This works best if you have a hamburger press, but hands work well, too.
1 ¼ pounds ground chuck
1 can pineapple rings
8 strips of bacon
1 bottle teriyaki marinade
Divide meat into 4 equal patties. Press pineapple ring into each patty using a press or your hands. Wrap bacon around the outside edge of the patties, using toothpicks to secure. Put all 4 patties into a Ziploc bag with the marinade and soak for several hours before grilling. Serve on buns with barbecue sauce.
I LOOOOVE black beans! And this salad is awesome as a summery salad. It’s also good to add to tacos or to serve with tortilla chips.
2 cans black beans, drained & rinsed
2 cans mexicorn, drained
1 small can greet chiles, drained
½ red onion, diced
5 roma tomatoes, diced
1 can pineapple tidbits, drained
2 avocadoes, diced
¼ c. cilantro chopped
½-3/4 c. lime vinaigrette
¼ tsp. cumin
2 Tbsp. honey
Salt & Pepper
Toss beans, corn, chiles, onion, tomatoes, pineapple, avocadoes and cilantro in large bowl. In separate bowl, blend the lime vinaigrette, cumin & honey. Pour ½ of the dressing over salad, adding the rest as needed. Add salt and pepper to taste
Not only is my little brother in love with Giada, he’s also addicted to anything caprese. Here’s her AWESOME caprese pasta salad.
1 pound fusilli pasta
3 tablespoons olive oil
2 cloves garlic, minced
3 cups cherry tomatoes, quartered (about 1 1/2 pints)
1 teaspoon salt
1/2 teaspoon freshly ground black pepper
1/2 cup packed fresh basil leaves, torn
8 ounces fresh mozzarella, diced (about 1 1/4 cups)
Bring a large pot of salted water to a boil over high heat. Add the pasta and cook until tender but still firm to the bite, stirring occasionally, about 8 to 10 minutes. Drain pasta into a large bowl and reserve 1/2 cup of the cooking liquid.
In a medium skillet heat the olive oil over medium heat. Add the garlic and saute until fragrant, about 2 minutes. Add the tomatoes, salt, and pepper. As the tomatoes cook and soften, smash them with a fork. Continue to cook until the tomatoes make a chunky style sauce, about 4 minutes. Transfer the tomato sauce to the bowl with the pasta. Toss to combine. Add the basil leaves and mozzarella. Stir to combine. Add the reserved pasta water, 1/4 cup at a time, until the pasta is moist. Serve.
1 box lemon cake mix
Water, vegetable oil & eggs called for on box
1 can (6 oz) frozen lemonade concentrate, thawed
¾ c. powdered sugar
1 pkg Knox unflavored gelatin
1 tub whipped white frosting
Yellow decorating sugar
- Heat oven to 350 deg. Make cake as directed on box for 13×9 inch pan. Cool 15 minutes.

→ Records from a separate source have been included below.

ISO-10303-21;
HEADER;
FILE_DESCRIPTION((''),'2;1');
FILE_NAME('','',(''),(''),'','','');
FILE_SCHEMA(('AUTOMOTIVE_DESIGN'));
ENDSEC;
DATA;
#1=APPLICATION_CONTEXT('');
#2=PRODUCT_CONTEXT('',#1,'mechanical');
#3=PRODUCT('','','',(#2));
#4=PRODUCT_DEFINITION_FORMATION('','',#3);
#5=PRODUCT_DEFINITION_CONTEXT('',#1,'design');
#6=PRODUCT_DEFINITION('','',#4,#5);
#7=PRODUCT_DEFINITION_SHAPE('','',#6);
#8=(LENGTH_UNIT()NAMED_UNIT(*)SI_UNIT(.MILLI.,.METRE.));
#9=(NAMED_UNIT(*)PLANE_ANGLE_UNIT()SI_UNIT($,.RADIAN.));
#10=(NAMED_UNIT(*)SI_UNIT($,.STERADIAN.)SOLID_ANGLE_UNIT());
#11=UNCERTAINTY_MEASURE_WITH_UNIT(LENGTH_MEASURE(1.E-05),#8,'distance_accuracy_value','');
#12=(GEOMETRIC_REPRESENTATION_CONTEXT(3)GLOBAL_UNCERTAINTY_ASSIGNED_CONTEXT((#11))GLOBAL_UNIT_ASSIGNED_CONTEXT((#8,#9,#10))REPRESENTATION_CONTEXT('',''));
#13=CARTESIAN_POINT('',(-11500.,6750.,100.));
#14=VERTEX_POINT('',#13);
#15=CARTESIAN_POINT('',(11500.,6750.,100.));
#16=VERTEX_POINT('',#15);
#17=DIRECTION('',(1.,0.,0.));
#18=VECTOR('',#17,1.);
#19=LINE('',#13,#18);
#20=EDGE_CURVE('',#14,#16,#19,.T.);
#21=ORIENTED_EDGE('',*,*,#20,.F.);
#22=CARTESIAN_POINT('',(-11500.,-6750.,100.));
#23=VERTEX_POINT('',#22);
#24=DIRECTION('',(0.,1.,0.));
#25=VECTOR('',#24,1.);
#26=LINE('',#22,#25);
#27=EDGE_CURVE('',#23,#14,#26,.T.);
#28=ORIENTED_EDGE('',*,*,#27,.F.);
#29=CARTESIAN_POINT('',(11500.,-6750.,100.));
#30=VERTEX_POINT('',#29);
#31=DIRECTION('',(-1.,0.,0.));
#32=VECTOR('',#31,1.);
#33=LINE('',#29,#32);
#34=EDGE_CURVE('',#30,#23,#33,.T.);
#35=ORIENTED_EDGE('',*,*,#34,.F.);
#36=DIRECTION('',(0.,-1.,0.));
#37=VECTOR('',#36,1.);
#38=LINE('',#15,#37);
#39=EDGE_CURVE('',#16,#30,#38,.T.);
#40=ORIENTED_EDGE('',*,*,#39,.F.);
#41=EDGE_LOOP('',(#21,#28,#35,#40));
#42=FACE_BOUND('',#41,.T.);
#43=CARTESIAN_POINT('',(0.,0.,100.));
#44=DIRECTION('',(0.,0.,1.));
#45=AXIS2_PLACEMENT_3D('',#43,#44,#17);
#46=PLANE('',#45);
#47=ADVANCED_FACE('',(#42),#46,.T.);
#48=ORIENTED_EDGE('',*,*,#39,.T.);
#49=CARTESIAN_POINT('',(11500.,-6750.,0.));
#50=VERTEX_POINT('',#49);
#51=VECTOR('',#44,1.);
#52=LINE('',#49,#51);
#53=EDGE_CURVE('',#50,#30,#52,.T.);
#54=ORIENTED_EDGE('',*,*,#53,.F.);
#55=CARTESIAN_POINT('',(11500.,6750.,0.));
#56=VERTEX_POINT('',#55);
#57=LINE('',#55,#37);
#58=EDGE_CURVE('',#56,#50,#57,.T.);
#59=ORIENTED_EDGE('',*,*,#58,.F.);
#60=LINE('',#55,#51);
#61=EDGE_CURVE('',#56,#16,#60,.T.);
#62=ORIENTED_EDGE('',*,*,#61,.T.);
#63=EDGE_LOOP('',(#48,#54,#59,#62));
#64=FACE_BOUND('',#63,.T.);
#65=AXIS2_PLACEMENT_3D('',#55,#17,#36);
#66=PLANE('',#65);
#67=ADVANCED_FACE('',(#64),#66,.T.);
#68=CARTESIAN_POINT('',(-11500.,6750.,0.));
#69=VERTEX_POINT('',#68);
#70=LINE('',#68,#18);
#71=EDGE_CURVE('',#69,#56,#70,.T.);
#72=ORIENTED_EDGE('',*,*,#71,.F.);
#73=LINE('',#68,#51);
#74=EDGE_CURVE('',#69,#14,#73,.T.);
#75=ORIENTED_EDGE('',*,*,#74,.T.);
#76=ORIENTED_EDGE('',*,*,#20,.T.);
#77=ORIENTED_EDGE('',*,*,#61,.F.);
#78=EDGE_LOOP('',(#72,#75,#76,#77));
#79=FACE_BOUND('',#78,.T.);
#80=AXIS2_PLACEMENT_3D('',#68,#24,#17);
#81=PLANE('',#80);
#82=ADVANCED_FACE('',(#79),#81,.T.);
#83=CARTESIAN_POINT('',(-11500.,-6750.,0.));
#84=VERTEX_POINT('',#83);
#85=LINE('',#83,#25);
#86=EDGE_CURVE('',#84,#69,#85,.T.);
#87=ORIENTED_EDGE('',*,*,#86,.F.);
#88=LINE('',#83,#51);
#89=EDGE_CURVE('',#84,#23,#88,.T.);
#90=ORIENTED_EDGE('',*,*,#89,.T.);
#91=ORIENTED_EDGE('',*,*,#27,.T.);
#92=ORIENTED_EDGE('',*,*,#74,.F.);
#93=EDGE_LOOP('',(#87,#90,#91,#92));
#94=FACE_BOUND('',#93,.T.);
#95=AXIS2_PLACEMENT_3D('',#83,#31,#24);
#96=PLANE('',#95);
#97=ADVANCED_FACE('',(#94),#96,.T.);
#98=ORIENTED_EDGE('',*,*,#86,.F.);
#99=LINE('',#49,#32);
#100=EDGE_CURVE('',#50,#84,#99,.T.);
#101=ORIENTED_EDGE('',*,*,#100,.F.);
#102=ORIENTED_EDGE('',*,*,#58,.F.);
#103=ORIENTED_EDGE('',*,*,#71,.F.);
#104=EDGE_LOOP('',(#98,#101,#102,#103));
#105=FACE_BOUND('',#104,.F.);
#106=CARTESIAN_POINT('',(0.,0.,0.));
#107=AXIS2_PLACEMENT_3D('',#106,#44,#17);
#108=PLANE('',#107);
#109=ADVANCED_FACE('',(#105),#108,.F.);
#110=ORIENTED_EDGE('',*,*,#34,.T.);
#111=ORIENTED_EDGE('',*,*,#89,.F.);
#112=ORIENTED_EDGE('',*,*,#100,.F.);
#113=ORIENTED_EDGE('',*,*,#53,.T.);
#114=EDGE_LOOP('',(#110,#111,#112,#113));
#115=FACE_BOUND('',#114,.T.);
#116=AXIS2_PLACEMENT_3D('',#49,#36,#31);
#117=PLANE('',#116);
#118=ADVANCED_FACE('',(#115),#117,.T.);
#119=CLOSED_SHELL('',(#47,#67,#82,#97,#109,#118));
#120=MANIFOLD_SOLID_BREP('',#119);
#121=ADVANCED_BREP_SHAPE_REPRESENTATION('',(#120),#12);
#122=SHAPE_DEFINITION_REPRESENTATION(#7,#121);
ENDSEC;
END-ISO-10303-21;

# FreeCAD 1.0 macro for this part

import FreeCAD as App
import Part
import Sketcher
Q = App.Units.Quantity


def add_polygon(sketch, points):
    """Adds a closed chain of lines whose ends are joined by coincident constraints."""
    first, n = sketch.GeometryCount, len(points)
    for a, b in zip(points, points[1:] + points[:1]):
        sketch.addGeometry(Part.LineSegment(App.Vector(*a, 0), App.Vector(*b, 0)), False)
    for i in range(n):
        sketch.addConstraint(Sketcher.Constraint("Coincident", first + i, 2, first + (i + 1) % n, 1))

doc = App.newDocument("Part")
body = doc.addObject("PartDesign::Body", "Body")

# Sketch on XY plane
sketch1 = body.newObject("Sketcher::SketchObject", "Sketch")
sketch1.AttachmentSupport = (doc.getObject("XY_Plane"), [""])
sketch1.MapMode = "FlatFace"
add_polygon(sketch1, [(11500, 6750), (-11500, 6750), (-11500, -6750), (11500, -6750)])  # lines 0-3
sketch1.addConstraint([
    Sketcher.Constraint("Horizontal", 0),
    Sketcher.Constraint("Vertical", 1),
    Sketcher.Constraint("Horizontal", 2),
    Sketcher.Constraint("Vertical", 3),
    Sketcher.Constraint("Symmetric", 0, 2, 2, 2, -1, 1),
    Sketcher.Constraint("DistanceX", 0, 2, 0, 1, Q("23000 mm")),
    Sketcher.Constraint("DistanceY", 1, 2, 1, 1, Q("13500 mm")),
])
pad1 = body.newObject("PartDesign::Pad", "Pad")
pad1.Profile = sketch1
pad1.Length = 100

doc.recompute()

- Pierce top of cake every ½ inch with long-tined fork, wiping the crumbs off the fork after every few stabs.
- Mix lemonade concentrate, powdered sugar and gelatin in small saucepan. Heat over low heat until gelatin is dissolved and mixture is warm. Drizzle mixture evenly over top of cake. Run knife around sides of pan to loosen cake. Cover and refrigerate about 2 hours or until chilled
- Spread frosting over top of cake and sprinkle with sugar. Can also be garnished with candied lemon peel and/or mint leaves. Store in refrigerator until ready to serve.
This is my (better) version of Betty Crocker’s Lemonade Party Cake.